Task material section start
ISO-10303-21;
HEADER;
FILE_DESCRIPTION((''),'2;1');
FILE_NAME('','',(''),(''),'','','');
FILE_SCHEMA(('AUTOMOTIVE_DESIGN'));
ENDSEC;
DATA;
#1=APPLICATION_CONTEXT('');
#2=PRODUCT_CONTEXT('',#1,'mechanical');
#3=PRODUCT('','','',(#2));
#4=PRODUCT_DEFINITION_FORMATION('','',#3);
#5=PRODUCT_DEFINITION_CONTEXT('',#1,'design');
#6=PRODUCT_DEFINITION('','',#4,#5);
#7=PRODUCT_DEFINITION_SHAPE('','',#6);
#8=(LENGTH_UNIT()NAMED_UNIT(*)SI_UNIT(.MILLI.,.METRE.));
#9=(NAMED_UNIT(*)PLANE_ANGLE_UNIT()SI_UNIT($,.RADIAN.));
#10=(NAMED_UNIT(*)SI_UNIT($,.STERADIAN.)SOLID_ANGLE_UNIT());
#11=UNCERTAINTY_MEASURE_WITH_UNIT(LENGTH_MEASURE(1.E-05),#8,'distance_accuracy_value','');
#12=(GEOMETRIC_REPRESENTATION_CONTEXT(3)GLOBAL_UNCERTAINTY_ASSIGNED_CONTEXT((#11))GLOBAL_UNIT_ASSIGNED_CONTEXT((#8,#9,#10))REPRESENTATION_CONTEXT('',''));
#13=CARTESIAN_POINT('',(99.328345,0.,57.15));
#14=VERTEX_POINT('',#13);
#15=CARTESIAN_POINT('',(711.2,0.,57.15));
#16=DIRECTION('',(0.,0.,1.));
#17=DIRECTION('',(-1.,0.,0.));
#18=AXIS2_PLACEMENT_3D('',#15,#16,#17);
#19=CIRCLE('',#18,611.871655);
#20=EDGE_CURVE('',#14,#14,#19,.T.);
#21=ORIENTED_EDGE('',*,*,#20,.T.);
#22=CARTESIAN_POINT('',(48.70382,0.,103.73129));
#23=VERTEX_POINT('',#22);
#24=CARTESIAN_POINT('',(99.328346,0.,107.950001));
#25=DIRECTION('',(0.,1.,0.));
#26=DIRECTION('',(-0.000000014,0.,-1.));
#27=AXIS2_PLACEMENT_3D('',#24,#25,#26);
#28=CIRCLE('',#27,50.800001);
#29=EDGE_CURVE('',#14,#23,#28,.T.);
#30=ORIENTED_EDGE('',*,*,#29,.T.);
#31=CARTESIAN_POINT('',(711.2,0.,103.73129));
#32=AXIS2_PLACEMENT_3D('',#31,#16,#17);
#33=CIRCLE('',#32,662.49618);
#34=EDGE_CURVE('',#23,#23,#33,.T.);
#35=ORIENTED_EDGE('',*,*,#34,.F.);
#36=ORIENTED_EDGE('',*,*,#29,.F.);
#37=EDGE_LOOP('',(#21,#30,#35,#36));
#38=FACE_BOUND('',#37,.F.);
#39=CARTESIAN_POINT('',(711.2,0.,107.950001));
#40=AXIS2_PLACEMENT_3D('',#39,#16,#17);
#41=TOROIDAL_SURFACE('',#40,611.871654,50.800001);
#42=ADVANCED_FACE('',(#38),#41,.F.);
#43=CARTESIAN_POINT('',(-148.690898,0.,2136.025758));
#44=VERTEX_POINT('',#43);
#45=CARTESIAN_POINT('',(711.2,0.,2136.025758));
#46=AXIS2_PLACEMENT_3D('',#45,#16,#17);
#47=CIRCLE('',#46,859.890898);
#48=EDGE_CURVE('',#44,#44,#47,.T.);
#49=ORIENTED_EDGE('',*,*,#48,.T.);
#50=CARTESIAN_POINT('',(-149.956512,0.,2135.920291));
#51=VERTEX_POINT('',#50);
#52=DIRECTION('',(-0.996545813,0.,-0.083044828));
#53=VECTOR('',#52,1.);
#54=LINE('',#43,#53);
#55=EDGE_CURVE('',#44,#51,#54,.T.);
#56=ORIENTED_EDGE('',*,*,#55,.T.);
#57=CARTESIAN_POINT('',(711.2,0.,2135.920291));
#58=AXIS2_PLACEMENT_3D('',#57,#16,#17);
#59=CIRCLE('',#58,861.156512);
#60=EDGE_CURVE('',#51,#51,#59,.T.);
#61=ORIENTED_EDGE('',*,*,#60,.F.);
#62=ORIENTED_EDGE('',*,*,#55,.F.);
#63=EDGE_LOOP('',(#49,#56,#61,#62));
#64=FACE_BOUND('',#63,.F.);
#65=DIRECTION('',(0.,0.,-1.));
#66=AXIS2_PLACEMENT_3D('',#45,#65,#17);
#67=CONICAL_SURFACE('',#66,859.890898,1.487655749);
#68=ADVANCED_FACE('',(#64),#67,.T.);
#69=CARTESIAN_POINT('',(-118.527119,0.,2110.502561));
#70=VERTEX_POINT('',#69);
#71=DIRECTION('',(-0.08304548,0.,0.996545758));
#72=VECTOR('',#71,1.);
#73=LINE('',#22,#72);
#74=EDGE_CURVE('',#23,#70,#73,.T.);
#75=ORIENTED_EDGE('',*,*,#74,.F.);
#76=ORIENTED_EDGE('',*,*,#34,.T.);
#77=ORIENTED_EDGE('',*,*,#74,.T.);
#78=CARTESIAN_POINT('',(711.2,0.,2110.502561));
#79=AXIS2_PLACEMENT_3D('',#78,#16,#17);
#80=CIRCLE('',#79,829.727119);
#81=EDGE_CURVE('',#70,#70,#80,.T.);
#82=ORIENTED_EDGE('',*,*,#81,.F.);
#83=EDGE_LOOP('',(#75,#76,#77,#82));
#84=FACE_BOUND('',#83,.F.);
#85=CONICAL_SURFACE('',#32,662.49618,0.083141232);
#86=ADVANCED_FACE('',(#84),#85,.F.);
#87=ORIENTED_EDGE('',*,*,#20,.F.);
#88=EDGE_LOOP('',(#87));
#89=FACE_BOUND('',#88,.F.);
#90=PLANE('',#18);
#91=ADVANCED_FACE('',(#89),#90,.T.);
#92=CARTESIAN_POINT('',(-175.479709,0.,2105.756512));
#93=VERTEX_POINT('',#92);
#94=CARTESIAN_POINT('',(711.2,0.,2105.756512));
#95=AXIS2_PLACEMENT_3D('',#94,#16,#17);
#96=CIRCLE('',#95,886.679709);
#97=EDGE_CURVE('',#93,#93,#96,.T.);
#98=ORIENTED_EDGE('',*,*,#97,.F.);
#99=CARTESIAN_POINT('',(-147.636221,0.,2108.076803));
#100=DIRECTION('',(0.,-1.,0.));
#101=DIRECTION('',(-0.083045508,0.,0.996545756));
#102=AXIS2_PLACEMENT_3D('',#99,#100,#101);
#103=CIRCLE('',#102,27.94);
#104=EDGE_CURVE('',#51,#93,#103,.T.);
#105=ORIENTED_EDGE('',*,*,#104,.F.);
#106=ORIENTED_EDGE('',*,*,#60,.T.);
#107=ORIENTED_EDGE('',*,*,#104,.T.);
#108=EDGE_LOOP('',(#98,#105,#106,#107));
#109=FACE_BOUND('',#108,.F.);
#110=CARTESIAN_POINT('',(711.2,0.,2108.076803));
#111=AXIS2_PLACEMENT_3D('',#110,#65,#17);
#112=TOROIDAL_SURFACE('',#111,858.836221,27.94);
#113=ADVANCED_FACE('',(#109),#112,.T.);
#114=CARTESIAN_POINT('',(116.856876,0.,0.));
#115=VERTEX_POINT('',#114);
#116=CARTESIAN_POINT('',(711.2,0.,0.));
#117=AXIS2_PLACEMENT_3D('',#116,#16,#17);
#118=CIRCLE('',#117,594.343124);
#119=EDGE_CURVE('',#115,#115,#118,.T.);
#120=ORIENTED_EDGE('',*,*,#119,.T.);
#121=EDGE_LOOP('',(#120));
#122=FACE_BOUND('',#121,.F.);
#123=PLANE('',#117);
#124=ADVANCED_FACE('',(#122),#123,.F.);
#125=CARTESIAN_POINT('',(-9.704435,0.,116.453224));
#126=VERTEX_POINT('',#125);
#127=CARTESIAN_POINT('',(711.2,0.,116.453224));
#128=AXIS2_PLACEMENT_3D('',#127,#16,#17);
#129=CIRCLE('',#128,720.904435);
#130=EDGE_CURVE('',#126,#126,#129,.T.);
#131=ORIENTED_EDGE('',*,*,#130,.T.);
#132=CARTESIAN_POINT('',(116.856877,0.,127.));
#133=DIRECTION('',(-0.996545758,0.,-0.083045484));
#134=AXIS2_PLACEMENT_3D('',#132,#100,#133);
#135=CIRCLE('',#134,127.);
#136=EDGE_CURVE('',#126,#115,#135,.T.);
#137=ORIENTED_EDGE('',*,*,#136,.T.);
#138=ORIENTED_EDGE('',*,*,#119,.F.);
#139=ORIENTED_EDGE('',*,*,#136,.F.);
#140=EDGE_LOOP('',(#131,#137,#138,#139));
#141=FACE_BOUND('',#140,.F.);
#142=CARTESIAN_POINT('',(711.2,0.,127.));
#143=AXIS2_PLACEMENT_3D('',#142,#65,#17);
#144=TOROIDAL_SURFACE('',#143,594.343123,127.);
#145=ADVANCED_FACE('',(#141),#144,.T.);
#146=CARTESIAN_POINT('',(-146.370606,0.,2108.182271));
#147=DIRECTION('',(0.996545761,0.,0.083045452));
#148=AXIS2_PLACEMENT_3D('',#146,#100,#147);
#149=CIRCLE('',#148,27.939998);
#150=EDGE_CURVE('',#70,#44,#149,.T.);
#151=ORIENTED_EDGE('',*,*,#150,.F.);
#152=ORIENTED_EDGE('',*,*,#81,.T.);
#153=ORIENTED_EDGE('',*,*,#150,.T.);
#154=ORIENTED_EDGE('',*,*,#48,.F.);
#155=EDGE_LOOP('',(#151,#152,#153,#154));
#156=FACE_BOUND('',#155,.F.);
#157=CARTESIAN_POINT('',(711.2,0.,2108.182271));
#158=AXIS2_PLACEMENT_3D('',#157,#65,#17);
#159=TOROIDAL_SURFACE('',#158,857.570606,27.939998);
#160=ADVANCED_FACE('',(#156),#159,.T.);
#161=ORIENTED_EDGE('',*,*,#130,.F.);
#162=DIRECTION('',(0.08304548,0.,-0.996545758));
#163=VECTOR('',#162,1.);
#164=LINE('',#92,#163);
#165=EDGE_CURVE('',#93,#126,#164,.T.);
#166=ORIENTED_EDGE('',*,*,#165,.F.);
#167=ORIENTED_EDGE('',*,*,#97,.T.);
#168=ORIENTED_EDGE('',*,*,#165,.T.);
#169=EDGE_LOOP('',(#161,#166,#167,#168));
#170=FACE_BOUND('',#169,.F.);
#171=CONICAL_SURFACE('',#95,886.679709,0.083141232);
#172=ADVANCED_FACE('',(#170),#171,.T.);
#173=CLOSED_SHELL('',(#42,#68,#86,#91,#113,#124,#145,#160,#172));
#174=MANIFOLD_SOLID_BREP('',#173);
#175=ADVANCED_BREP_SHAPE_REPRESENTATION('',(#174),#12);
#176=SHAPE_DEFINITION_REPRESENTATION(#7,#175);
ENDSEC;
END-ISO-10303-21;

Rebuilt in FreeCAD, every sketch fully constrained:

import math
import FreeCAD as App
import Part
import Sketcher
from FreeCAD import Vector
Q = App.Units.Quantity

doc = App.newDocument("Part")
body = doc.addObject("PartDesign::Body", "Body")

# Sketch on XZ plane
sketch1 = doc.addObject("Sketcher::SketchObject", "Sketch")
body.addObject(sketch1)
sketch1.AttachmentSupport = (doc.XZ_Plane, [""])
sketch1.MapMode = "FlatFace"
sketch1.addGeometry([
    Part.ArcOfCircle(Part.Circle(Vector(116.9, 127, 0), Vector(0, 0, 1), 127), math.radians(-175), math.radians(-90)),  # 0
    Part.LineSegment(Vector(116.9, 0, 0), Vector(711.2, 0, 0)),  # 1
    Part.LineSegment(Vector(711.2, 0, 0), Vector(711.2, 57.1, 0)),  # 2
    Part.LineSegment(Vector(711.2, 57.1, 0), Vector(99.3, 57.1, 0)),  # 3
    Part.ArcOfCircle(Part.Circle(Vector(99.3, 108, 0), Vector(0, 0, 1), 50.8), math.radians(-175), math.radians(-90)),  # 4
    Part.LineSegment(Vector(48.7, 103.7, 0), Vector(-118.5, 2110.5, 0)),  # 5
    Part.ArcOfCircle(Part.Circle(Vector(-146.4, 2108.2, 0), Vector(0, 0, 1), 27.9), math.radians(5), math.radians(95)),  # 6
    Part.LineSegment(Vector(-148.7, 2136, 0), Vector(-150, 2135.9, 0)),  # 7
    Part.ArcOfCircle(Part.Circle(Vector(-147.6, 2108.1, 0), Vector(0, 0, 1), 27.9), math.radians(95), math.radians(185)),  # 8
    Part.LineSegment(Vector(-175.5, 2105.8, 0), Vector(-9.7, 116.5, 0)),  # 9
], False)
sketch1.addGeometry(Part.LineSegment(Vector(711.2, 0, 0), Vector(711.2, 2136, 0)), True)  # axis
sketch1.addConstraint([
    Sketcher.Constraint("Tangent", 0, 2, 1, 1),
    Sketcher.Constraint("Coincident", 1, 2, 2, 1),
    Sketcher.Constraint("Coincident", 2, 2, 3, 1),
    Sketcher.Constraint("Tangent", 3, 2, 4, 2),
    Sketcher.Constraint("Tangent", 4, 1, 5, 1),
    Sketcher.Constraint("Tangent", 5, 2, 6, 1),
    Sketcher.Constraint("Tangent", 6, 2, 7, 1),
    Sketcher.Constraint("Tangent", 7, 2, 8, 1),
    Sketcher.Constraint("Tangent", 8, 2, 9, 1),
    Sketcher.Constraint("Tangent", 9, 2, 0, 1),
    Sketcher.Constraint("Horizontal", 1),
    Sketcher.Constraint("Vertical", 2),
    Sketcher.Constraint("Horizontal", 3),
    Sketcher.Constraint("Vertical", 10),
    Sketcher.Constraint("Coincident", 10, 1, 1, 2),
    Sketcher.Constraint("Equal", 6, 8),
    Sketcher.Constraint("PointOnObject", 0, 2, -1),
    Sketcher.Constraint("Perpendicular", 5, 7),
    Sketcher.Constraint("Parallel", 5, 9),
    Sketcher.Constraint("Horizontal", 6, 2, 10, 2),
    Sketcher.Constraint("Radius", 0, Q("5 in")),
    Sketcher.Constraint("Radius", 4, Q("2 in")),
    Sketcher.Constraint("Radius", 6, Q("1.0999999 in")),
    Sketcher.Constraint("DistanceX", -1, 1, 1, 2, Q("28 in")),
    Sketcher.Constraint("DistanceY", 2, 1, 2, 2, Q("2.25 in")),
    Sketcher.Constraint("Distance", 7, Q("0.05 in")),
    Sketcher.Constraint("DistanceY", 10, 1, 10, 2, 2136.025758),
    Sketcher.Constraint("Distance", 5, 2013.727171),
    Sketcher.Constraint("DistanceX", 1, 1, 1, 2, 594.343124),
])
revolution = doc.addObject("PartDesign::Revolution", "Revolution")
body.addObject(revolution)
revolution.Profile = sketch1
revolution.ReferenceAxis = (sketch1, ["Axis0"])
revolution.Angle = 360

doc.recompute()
Task material section end
--- To do ---
Scan the entries above for the line containing "#149=CIRCLE('',#148,27.939998);", and copy it and all lines after it exactly, down to and including the line containing "#175=ADVANCED_BREP_SHAPE_REPRESENTATION('',(#174),#12);".

--- Answer area ---
#149=CIRCLE('',#148,27.939998);
#150=EDGE_CURVE('',#70,#44,#149,.T.);
#151=ORIENTED_EDGE('',*,*,#150,.F.);
#152=ORIENTED_EDGE('',*,*,#81,.T.);
#153=ORIENTED_EDGE('',*,*,#150,.T.);
#154=ORIENTED_EDGE('',*,*,#48,.F.);
#155=EDGE_LOOP('',(#151,#152,#153,#154));
#156=FACE_BOUND('',#155,.F.);
#157=CARTESIAN_POINT('',(711.2,0.,2108.182271));
#158=AXIS2_PLACEMENT_3D('',#157,#65,#17);
#159=TOROIDAL_SURFACE('',#158,857.570606,27.939998);
#160=ADVANCED_FACE('',(#156),#159,.T.);
#161=ORIENTED_EDGE('',*,*,#130,.F.);
#162=DIRECTION('',(0.08304548,0.,-0.996545758));
#163=VECTOR('',#162,1.);
#164=LINE('',#92,#163);
#165=EDGE_CURVE('',#93,#126,#164,.T.);
#166=ORIENTED_EDGE('',*,*,#165,.F.);
#167=ORIENTED_EDGE('',*,*,#97,.T.);
#168=ORIENTED_EDGE('',*,*,#165,.T.);
#169=EDGE_LOOP('',(#161,#166,#167,#168));
#170=FACE_BOUND('',#169,.F.);
#171=CONICAL_SURFACE('',#95,886.679709,0.083141232);
#172=ADVANCED_FACE('',(#170),#171,.T.);
#173=CLOSED_SHELL('',(#42,#68,#86,#91,#113,#124,#145,#160,#172));
#174=MANIFOLD_SOLID_BREP('',#173);
#175=ADVANCED_BREP_SHAPE_REPRESENTATION('',(#174),#12);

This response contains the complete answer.